> **Problem requirements**
Output every record below exactly as it appears.

(Working data)

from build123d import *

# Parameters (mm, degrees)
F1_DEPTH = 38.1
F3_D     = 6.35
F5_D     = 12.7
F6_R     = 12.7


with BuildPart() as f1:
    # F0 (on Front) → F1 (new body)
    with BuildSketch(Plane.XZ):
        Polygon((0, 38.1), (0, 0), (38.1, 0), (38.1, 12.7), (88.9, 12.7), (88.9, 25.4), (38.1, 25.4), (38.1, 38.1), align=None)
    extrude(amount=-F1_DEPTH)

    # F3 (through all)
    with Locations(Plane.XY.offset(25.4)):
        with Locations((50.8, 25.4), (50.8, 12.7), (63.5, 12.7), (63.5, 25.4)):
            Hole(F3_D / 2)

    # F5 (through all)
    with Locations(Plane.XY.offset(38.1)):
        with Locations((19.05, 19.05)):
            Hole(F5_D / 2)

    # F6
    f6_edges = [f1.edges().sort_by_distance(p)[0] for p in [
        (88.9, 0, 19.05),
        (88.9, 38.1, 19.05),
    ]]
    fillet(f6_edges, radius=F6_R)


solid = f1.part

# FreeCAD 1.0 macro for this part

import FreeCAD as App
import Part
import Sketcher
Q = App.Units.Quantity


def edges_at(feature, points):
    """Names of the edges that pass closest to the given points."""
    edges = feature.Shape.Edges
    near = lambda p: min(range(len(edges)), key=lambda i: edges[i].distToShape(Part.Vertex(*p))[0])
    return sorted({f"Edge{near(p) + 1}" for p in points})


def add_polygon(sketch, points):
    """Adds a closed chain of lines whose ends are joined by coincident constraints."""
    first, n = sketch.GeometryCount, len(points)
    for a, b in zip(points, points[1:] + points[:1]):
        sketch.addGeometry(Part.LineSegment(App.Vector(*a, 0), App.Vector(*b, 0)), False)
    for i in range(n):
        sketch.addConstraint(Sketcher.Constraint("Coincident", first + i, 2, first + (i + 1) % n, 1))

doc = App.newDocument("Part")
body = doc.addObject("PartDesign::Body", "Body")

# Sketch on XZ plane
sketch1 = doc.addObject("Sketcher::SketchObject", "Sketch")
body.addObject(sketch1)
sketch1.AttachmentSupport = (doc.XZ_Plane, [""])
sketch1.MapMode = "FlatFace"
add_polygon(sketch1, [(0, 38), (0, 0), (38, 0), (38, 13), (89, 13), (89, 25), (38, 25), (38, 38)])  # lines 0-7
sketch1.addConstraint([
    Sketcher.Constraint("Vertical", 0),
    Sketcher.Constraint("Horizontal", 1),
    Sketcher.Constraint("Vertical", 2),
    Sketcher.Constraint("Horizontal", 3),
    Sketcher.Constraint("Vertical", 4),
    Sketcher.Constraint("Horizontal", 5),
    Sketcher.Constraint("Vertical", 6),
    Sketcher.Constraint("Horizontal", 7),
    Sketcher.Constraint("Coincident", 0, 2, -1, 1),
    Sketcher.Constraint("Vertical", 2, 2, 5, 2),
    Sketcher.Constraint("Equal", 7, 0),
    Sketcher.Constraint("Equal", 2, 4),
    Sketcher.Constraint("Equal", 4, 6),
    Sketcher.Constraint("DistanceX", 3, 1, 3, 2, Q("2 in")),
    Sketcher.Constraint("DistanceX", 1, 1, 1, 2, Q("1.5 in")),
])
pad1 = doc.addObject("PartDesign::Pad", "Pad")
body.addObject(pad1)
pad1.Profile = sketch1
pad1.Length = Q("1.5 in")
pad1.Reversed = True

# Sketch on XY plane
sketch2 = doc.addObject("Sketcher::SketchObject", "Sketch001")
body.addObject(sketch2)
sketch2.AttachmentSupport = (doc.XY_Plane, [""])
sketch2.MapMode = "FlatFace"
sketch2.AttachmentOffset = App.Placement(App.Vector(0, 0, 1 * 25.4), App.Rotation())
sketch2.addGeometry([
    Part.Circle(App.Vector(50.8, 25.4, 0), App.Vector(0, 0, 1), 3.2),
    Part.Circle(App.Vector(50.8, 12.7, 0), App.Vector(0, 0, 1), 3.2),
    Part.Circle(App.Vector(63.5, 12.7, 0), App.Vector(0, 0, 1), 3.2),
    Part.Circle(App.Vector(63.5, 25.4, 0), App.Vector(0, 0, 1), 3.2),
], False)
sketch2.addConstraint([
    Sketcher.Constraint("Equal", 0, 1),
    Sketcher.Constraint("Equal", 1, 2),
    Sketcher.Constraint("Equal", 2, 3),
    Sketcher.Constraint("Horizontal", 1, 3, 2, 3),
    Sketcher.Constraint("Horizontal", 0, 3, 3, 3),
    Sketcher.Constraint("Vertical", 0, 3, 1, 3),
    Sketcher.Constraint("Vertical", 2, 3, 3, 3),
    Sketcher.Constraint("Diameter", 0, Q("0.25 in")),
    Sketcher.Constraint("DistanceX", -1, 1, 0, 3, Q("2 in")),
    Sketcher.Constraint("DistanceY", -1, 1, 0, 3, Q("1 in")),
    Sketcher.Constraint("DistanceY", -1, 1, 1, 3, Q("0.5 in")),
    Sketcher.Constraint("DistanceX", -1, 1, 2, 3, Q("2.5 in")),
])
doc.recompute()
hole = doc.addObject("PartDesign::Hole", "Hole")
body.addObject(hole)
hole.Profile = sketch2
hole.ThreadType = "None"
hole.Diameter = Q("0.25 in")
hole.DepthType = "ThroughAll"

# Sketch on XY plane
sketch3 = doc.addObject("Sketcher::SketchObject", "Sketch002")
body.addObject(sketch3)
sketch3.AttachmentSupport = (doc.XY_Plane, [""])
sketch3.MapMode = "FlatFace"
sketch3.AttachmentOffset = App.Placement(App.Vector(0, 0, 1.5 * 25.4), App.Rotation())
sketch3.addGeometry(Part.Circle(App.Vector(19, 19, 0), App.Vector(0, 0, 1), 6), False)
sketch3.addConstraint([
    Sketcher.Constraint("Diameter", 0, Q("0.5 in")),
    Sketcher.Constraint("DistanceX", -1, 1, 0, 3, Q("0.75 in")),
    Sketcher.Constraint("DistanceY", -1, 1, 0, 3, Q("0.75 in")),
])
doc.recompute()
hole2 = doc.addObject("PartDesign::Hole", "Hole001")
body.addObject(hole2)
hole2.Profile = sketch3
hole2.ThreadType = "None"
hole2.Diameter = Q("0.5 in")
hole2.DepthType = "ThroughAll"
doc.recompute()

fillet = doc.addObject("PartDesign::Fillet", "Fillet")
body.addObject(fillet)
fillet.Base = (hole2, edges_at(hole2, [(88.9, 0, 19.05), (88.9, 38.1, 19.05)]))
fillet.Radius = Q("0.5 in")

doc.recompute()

(End Working data)

> **Exercise answer**
from build123d import *

# Parameters (mm, degrees)
F1_DEPTH = 38.1
F3_D     = 6.35
F5_D     = 12.7
F6_R     = 12.7


with BuildPart() as f1:
    # F0 (on Front) → F1 (new body)
    with BuildSketch(Plane.XZ):
        Polygon((0, 38.1), (0, 0), (38.1, 0), (38.1, 12.7), (88.9, 12.7), (88.9, 25.4), (38.1, 25.4), (38.1, 38.1), align=None)
    extrude(amount=-F1_DEPTH)

    # F3 (through all)
    with Locations(Plane.XY.offset(25.4)):
        with Locations((50.8, 25.4), (50.8, 12.7), (63.5, 12.7), (63.5, 25.4)):
            Hole(F3_D / 2)

    # F5 (through all)
    with Locations(Plane.XY.offset(38.1)):
        with Locations((19.05, 19.05)):
            Hole(F5_D / 2)

    # F6
    f6_edges = [f1.edges().sort_by_distance(p)[0] for p in [
        (88.9, 0, 19.05),
        (88.9, 38.1, 19.05),
    ]]
    fillet(f6_edges, radius=F6_R)


solid = f1.part

# FreeCAD 1.0 macro for this part

import FreeCAD as App
import Part
import Sketcher
Q = App.Units.Quantity


def edges_at(feature, points):
    """Names of the edges that pass closest to the given points."""
    edges = feature.Shape.Edges
    near = lambda p: min(range(len(edges)), key=lambda i: edges[i].distToShape(Part.Vertex(*p))[0])
    return sorted({f"Edge{near(p) + 1}" for p in points})


def add_polygon(sketch, points):
    """Adds a closed chain of lines whose ends are joined by coincident constraints."""
    first, n = sketch.GeometryCount, len(points)
    for a, b in zip(points, points[1:] + points[:1]):
        sketch.addGeometry(Part.LineSegment(App.Vector(*a, 0), App.Vector(*b, 0)), False)
    for i in range(n):
        sketch.addConstraint(Sketcher.Constraint("Coincident", first + i, 2, first + (i + 1) % n, 1))

doc = App.newDocument("Part")
body = doc.addObject("PartDesign::Body", "Body")

# Sketch on XZ plane
sketch1 = doc.addObject("Sketcher::SketchObject", "Sketch")
body.addObject(sketch1)
sketch1.AttachmentSupport = (doc.XZ_Plane, [""])
sketch1.MapMode = "FlatFace"
add_polygon(sketch1, [(0, 38), (0, 0), (38, 0), (38, 13), (89, 13), (89, 25), (38, 25), (38, 38)])  # lines 0-7
sketch1.addConstraint([
    Sketcher.Constraint("Vertical", 0),
    Sketcher.Constraint("Horizontal", 1),
    Sketcher.Constraint("Vertical", 2),
    Sketcher.Constraint("Horizontal", 3),
    Sketcher.Constraint("Vertical", 4),
    Sketcher.Constraint("Horizontal", 5),
    Sketcher.Constraint("Vertical", 6),
    Sketcher.Constraint("Horizontal", 7),
    Sketcher.Constraint("Coincident", 0, 2, -1, 1),
    Sketcher.Constraint("Vertical", 2, 2, 5, 2),
    Sketcher.Constraint("Equal", 7, 0),
    Sketcher.Constraint("Equal", 2, 4),
    Sketcher.Constraint("Equal", 4, 6),
    Sketcher.Constraint("DistanceX", 3, 1, 3, 2, Q("2 in")),
    Sketcher.Constraint("DistanceX", 1, 1, 1, 2, Q("1.5 in")),
])
pad1 = doc.addObject("PartDesign::Pad", "Pad")
body.addObject(pad1)
pad1.Profile = sketch1
pad1.Length = Q("1.5 in")
pad1.Reversed = True

# Sketch on XY plane
sketch2 = doc.addObject("Sketcher::SketchObject", "Sketch001")
body.addObject(sketch2)
sketch2.AttachmentSupport = (doc.XY_Plane, [""])
sketch2.MapMode = "FlatFace"
sketch2.AttachmentOffset = App.Placement(App.Vector(0, 0, 1 * 25.4), App.Rotation())
sketch2.addGeometry([
    Part.Circle(App.Vector(50.8, 25.4, 0), App.Vector(0, 0, 1), 3.2),
    Part.Circle(App.Vector(50.8, 12.7, 0), App.Vector(0, 0, 1), 3.2),
    Part.Circle(App.Vector(63.5, 12.7, 0), App.Vector(0, 0, 1), 3.2),
    Part.Circle(App.Vector(63.5, 25.4, 0), App.Vector(0, 0, 1), 3.2),
], False)
sketch2.addConstraint([
    Sketcher.Constraint("Equal", 0, 1),
    Sketcher.Constraint("Equal", 1, 2),
    Sketcher.Constraint("Equal", 2, 3),
    Sketcher.Constraint("Horizontal", 1, 3, 2, 3),
    Sketcher.Constraint("Horizontal", 0, 3, 3, 3),
    Sketcher.Constraint("Vertical", 0, 3, 1, 3),
    Sketcher.Constraint("Vertical", 2, 3, 3, 3),
    Sketcher.Constraint("Diameter", 0, Q("0.25 in")),
    Sketcher.Constraint("DistanceX", -1, 1, 0, 3, Q("2 in")),
    Sketcher.Constraint("DistanceY", -1, 1, 0, 3, Q("1 in")),
    Sketcher.Constraint("DistanceY", -1, 1, 1, 3, Q("0.5 in")),
    Sketcher.Constraint("DistanceX", -1, 1, 2, 3, Q("2.5 in")),
])
doc.recompute()
hole = doc.addObject("PartDesign::Hole", "Hole")
body.addObject(hole)
hole.Profile = sketch2
hole.ThreadType = "None"
hole.Diameter = Q("0.25 in")
hole.DepthType = "ThroughAll"

# Sketch on XY plane
sketch3 = doc.addObject("Sketcher::SketchObject", "Sketch002")
body.addObject(sketch3)
sketch3.AttachmentSupport = (doc.XY_Plane, [""])
sketch3.MapMode = "FlatFace"
sketch3.AttachmentOffset = App.Placement(App.Vector(0, 0, 1.5 * 25.4), App.Rotation())
sketch3.addGeometry(Part.Circle(App.Vector(19, 19, 0), App.Vector(0, 0, 1), 6), False)
sketch3.addConstraint([
    Sketcher.Constraint("Diameter", 0, Q("0.5 in")),
    Sketcher.Constraint("DistanceX", -1, 1, 0, 3, Q("0.75 in")),
    Sketcher.Constraint("DistanceY", -1, 1, 0, 3, Q("0.75 in")),
])
doc.recompute()
hole2 = doc.addObject("PartDesign::Hole", "Hole001")
body.addObject(hole2)
hole2.Profile = sketch3
hole2.ThreadType = "None"
hole2.Diameter = Q("0.5 in")
hole2.DepthType = "ThroughAll"
doc.recompute()

fillet = doc.addObject("PartDesign::Fillet", "Fillet")
body.addObject(fillet)
fillet.Base = (hole2, edges_at(hole2, [(88.9, 0, 19.05), (88.9, 38.1, 19.05)]))
fillet.Radius = Q("0.5 in")

doc.recompute()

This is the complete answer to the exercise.